* _RECORDED INFORMATION_
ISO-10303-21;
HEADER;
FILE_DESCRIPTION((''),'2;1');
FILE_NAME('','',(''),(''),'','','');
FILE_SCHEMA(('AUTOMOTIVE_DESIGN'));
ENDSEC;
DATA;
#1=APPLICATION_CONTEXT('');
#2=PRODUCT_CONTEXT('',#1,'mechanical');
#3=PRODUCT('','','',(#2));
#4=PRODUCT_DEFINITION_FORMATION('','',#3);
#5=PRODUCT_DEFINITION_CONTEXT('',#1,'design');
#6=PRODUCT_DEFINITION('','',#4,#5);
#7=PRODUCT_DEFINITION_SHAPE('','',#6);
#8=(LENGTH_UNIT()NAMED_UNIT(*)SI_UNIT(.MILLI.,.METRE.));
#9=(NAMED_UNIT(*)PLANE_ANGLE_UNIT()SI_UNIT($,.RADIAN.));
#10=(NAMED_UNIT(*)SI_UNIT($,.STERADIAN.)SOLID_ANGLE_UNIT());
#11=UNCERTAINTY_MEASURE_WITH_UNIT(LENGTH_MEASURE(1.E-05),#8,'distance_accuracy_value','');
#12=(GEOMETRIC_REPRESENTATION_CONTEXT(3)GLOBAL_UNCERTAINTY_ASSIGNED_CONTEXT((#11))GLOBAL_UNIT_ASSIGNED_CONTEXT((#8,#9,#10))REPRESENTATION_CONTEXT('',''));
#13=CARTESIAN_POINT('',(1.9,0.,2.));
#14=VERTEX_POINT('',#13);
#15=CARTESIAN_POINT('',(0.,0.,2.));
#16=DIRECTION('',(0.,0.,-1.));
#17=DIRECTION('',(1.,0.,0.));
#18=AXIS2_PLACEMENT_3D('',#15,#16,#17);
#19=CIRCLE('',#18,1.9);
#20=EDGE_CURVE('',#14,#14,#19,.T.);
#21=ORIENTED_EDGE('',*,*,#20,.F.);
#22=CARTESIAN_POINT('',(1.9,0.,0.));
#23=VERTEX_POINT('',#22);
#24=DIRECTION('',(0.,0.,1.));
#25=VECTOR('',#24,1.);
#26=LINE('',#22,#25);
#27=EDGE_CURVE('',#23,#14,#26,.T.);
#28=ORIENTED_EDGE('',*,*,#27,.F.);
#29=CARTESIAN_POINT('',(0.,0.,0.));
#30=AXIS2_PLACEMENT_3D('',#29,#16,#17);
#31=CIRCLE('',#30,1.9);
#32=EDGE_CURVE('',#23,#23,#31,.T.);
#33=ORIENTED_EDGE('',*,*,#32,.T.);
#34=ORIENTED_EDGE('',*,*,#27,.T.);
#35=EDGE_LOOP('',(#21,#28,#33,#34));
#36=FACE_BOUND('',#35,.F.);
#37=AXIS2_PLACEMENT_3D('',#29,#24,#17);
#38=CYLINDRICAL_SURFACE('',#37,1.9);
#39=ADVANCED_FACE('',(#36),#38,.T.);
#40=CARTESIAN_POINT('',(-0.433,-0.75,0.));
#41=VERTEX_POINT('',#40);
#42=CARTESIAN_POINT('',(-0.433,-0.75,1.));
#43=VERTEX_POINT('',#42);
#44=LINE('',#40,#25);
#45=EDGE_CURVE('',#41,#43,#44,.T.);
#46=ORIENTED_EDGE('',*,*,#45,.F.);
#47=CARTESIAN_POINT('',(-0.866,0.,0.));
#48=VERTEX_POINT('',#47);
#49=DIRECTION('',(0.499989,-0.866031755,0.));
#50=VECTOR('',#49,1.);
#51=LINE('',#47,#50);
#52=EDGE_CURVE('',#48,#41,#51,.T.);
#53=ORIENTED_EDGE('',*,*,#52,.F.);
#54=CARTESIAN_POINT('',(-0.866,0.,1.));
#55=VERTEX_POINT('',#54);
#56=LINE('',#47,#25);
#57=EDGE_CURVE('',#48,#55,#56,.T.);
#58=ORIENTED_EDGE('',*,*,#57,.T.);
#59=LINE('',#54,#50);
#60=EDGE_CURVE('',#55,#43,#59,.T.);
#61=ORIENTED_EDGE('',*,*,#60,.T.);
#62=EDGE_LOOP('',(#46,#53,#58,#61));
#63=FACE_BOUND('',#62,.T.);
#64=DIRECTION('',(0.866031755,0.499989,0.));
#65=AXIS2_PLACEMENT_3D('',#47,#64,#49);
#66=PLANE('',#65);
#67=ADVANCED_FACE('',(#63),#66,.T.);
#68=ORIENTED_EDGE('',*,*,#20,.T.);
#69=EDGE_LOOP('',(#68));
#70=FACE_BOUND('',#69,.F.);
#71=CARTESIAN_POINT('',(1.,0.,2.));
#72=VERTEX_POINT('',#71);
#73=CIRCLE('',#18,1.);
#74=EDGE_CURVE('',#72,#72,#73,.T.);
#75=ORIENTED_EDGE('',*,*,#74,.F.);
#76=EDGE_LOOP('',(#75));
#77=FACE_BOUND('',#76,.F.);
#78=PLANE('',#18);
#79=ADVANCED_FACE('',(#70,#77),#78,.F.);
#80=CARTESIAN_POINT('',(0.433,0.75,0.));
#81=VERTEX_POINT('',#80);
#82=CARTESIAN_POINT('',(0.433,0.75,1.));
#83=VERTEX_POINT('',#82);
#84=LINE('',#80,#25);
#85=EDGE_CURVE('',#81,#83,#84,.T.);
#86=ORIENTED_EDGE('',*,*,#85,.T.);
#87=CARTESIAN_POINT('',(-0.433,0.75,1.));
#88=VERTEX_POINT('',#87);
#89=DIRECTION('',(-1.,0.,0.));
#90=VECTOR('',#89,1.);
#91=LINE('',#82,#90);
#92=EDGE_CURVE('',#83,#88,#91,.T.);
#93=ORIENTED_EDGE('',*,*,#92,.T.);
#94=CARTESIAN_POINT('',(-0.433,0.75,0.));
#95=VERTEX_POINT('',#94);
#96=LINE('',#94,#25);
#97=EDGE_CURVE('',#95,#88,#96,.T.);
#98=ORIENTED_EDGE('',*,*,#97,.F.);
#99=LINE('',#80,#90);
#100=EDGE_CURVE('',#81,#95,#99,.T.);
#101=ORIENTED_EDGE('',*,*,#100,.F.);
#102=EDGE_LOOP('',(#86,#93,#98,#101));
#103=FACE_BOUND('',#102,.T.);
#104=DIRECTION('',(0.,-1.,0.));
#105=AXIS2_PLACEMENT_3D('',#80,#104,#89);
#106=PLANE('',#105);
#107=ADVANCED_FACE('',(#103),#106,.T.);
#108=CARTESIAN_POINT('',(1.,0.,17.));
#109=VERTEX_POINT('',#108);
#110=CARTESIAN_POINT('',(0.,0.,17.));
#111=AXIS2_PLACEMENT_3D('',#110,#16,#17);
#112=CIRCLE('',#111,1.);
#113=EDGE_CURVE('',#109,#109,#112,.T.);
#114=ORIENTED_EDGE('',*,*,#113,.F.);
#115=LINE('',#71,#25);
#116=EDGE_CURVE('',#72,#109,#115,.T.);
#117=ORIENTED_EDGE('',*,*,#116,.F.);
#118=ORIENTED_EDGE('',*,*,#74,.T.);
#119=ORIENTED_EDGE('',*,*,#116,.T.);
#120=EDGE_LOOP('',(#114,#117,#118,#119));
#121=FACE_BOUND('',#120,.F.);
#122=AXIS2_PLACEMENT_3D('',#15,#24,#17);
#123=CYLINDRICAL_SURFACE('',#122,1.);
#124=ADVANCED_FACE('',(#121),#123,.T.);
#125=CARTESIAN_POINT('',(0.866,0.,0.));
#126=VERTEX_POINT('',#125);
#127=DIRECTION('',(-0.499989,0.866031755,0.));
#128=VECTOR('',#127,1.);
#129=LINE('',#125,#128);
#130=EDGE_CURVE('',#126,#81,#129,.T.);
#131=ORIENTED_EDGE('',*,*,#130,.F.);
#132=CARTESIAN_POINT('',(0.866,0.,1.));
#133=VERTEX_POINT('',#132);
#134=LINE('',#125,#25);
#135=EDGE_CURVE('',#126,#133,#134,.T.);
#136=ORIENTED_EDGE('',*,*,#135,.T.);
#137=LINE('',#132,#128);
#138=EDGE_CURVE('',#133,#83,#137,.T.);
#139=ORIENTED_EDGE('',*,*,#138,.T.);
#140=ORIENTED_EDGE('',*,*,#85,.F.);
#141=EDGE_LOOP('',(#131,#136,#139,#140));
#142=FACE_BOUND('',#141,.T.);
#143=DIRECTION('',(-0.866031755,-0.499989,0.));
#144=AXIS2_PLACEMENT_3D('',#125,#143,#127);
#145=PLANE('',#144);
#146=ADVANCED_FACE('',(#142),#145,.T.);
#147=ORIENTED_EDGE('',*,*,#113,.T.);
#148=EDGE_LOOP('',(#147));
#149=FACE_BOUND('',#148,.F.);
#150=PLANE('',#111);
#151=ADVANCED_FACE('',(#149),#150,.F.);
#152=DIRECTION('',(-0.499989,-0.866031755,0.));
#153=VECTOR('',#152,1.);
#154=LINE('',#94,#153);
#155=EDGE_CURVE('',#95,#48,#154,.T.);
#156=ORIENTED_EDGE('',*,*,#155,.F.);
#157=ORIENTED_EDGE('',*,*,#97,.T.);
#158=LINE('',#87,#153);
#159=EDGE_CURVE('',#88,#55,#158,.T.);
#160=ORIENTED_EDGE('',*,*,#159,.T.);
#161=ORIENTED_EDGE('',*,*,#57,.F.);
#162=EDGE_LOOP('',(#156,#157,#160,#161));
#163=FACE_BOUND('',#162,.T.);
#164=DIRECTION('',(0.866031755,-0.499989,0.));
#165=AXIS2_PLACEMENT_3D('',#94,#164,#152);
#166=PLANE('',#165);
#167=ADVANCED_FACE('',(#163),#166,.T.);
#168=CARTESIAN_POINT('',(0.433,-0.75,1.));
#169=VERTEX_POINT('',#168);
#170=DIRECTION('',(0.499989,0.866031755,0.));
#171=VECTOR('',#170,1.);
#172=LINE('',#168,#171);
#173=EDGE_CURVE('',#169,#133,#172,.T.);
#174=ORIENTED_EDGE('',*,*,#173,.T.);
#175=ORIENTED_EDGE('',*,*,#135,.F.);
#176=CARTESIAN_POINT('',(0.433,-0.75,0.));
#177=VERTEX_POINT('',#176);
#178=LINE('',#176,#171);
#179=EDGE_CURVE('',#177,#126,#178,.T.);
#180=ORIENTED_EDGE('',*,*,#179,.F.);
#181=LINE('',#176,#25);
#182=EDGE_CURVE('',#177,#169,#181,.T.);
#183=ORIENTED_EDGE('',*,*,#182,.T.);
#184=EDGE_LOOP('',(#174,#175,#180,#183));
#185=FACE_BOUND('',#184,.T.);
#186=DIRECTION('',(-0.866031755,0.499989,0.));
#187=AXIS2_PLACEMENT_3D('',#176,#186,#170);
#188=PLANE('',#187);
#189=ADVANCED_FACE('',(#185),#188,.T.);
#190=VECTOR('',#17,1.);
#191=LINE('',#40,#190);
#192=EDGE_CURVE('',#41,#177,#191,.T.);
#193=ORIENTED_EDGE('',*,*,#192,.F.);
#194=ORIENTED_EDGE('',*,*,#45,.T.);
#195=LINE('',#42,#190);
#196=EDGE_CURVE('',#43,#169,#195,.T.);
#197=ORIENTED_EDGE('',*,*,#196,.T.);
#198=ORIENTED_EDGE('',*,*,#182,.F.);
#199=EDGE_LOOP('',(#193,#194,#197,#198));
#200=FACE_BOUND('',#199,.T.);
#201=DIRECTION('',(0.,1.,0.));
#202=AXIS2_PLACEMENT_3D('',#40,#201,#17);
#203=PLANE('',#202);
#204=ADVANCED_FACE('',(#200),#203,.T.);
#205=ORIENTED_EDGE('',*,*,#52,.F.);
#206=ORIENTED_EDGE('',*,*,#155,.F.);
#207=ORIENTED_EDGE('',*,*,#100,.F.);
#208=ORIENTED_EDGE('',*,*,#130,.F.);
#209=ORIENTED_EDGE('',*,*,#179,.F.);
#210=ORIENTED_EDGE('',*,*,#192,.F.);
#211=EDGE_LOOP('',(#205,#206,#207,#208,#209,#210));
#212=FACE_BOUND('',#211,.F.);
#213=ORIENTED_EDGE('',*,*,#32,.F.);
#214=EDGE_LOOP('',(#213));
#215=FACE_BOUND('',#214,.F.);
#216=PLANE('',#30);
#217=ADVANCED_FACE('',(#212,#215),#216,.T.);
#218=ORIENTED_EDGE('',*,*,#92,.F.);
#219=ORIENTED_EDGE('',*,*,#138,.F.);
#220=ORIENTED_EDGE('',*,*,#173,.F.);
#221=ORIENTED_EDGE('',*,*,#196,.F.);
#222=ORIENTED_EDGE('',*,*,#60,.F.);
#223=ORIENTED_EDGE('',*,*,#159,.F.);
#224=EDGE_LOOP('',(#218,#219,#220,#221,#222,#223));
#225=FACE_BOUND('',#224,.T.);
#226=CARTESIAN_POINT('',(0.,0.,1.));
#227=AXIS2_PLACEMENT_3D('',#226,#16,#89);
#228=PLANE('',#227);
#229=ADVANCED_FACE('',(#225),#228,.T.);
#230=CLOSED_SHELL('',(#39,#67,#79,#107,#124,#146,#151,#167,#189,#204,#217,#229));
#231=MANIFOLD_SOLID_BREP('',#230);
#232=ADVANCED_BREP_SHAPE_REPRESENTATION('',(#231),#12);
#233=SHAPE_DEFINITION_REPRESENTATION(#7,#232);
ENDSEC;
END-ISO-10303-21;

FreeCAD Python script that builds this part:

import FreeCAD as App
import Part
import Sketcher

V = App.Vector
Q = App.Units.Quantity

doc = App.newDocument("Part")
body = doc.addObject("PartDesign::Body", "Body")

# Sketch on XZ plane
sketch1 = doc.addObject("Sketcher::SketchObject", "Sketch")
body.addObject(sketch1)
sketch1.AttachmentSupport = (doc.XZ_Plane, [""])
sketch1.MapMode = "FlatFace"
sketch1.addGeometry([
    Part.LineSegment(V(1.9, 0, 0), V(0, 0, 0)),  # 0
    Part.LineSegment(V(0, 0, 0), V(0, 17, 0)),  # 1
    Part.LineSegment(V(0, 17, 0), V(1, 17, 0)),  # 2
    Part.LineSegment(V(1, 17, 0), V(1, 2, 0)),  # 3
    Part.LineSegment(V(1, 2, 0), V(1.9, 2, 0)),  # 4
    Part.LineSegment(V(1.9, 2, 0), V(1.9, 0, 0)),  # 5
], False)
sketch1.addConstraint([
    Sketcher.Constraint("Coincident", 0, 2, 1, 1),
    Sketcher.Constraint("Coincident", 1, 2, 2, 1),
    Sketcher.Constraint("Coincident", 2, 2, 3, 1),
    Sketcher.Constraint("Coincident", 3, 2, 4, 1),
    Sketcher.Constraint("Coincident", 4, 2, 5, 1),
    Sketcher.Constraint("Coincident", 5, 2, 0, 1),
    Sketcher.Constraint("Horizontal", 0),
    Sketcher.Constraint("Vertical", 1),
    Sketcher.Constraint("Horizontal", 2),
    Sketcher.Constraint("Vertical", 3),
    Sketcher.Constraint("Horizontal", 4),
    Sketcher.Constraint("Vertical", 5),
    Sketcher.Constraint("Coincident", 0, 2, -1, 1),
    Sketcher.Constraint("DistanceY", 3, 2, 3, 1, 15.0),
    Sketcher.Constraint("DistanceY", 5, 2, 5, 1, 2.0),
    Sketcher.Constraint("DistanceX", 2, 1, 2, 2, 1.0),
    Sketcher.Constraint("DistanceX", 0, 2, 0, 1, 1.9),
])
revolution = doc.addObject("PartDesign::Revolution", "Revolution")
body.addObject(revolution)
revolution.Profile = sketch1
revolution.ReferenceAxis = (sketch1, ["V_Axis"])
revolution.Angle = 360

# Sketch on XY plane
sketch2 = doc.addObject("Sketcher::SketchObject", "Sketch001")
body.addObject(sketch2)
sketch2.AttachmentSupport = (doc.XY_Plane, [""])
sketch2.MapMode = "FlatFace"
sketch2.addGeometry([
    Part.LineSegment(V(-0.866, 0, 0), V(-0.433, 0.75, 0)),  # 0
    Part.LineSegment(V(-0.433, 0.75, 0), V(0.433, 0.75, 0)),  # 1
    Part.LineSegment(V(0.433, 0.75, 0), V(0.866, 0, 0)),  # 2
    Part.LineSegment(V(0.866, 0, 0), V(0.433, -0.75, 0)),  # 3
    Part.LineSegment(V(0.433, -0.75, 0), V(-0.433, -0.75, 0)),  # 4
    Part.LineSegment(V(-0.433, -0.75, 0), V(-0.866, 0, 0)),  # 5
], False)
sketch2.addConstraint([
    Sketcher.Constraint("Coincident", 0, 2, 1, 1),
    Sketcher.Constraint("Coincident", 1, 2, 2, 1),
    Sketcher.Constraint("Coincident", 2, 2, 3, 1),
    Sketcher.Constraint("Coincident", 3, 2, 4, 1),
    Sketcher.Constraint("Coincident", 4, 2, 5, 1),
    Sketcher.Constraint("Coincident", 5, 2, 0, 1),
    Sketcher.Constraint("Horizontal", 1),
    Sketcher.Constraint("Horizontal", 4),
    Sketcher.Constraint("Symmetric", 0, 2, 3, 2, -1, 1),
    Sketcher.Constraint("Symmetric", 2, 2, 5, 2, -1, 1),
    Sketcher.Constraint("PointOnObject", 2, 2, -1),
    Sketcher.Constraint("Parallel", 2, 5),
    Sketcher.Constraint("Vertical", 1, 2, 3, 2),
    Sketcher.Constraint("DistanceY", 3, 2, 1, 2, 1.5),
    Sketcher.Constraint("Angle", 0, Q("60.0007 deg")),
    Sketcher.Constraint("DistanceX", 1, 1, 1, 2, 0.866),
])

* _TASK GOAL_
Only the lines above starting at the one containing "#126=VERTEX_POINT('',#125);" and ending at the one containing "#179=EDGE_CURVE('',#177,#126,#178,.T.);", both included, are to be returned, exactly as they read.

* _REPLY TO THE EXERCISE_
#126=VERTEX_POINT('',#125);
#127=DIRECTION('',(-0.499989,0.866031755,0.));
#128=VECTOR('',#127,1.);
#129=LINE('',#125,#128);
#130=EDGE_CURVE('',#126,#81,#129,.T.);
#131=ORIENTED_EDGE('',*,*,#130,.F.);
#132=CARTESIAN_POINT('',(0.866,0.,1.));
#133=VERTEX_POINT('',#132);
#134=LINE('',#125,#25);
#135=EDGE_CURVE('',#126,#133,#134,.T.);
#136=ORIENTED_EDGE('',*,*,#135,.T.);
#137=LINE('',#132,#128);
#138=EDGE_CURVE('',#133,#83,#137,.T.);
#139=ORIENTED_EDGE('',*,*,#138,.T.);
#140=ORIENTED_EDGE('',*,*,#85,.F.);
#141=EDGE_LOOP('',(#131,#136,#139,#140));
#142=FACE_BOUND('',#141,.T.);
#143=DIRECTION('',(-0.866031755,-0.499989,0.));
#144=AXIS2_PLACEMENT_3D('',#125,#143,#127);
#145=PLANE('',#144);
#146=ADVANCED_FACE('',(#142),#145,.T.);
#147=ORIENTED_EDGE('',*,*,#113,.T.);
#148=EDGE_LOOP('',(#147));
#149=FACE_BOUND('',#148,.F.);
#150=PLANE('',#111);
#151=ADVANCED_FACE('',(#149),#150,.F.);
#152=DIRECTION('',(-0.499989,-0.866031755,0.));
#153=VECTOR('',#152,1.);
#154=LINE('',#94,#153);
#155=EDGE_CURVE('',#95,#48,#154,.T.);
#156=ORIENTED_EDGE('',*,*,#155,.F.);
#157=ORIENTED_EDGE('',*,*,#97,.T.);
#158=LINE('',#87,#153);
#159=EDGE_CURVE('',#88,#55,#158,.T.);
#160=ORIENTED_EDGE('',*,*,#159,.T.);
#161=ORIENTED_EDGE('',*,*,#57,.F.);
#162=EDGE_LOOP('',(#156,#157,#160,#161));
#163=FACE_BOUND('',#162,.T.);
#164=DIRECTION('',(0.866031755,-0.499989,0.));
#165=AXIS2_PLACEMENT_3D('',#94,#164,#152);
#166=PLANE('',#165);
#167=ADVANCED_FACE('',(#163),#166,.T.);
#168=CARTESIAN_POINT('',(0.433,-0.75,1.));
#169=VERTEX_POINT('',#168);
#170=DIRECTION('',(0.499989,0.866031755,0.));
#171=VECTOR('',#170,1.);
#172=LINE('',#168,#171);
#173=EDGE_CURVE('',#169,#133,#172,.T.);
#174=ORIENTED_EDGE('',*,*,#173,.T.);
#175=ORIENTED_EDGE('',*,*,#135,.F.);
#176=CARTESIAN_POINT('',(0.433,-0.75,0.));
#177=VERTEX_POINT('',#176);
#178=LINE('',#176,#171);
#179=EDGE_CURVE('',#177,#126,#178,.T.);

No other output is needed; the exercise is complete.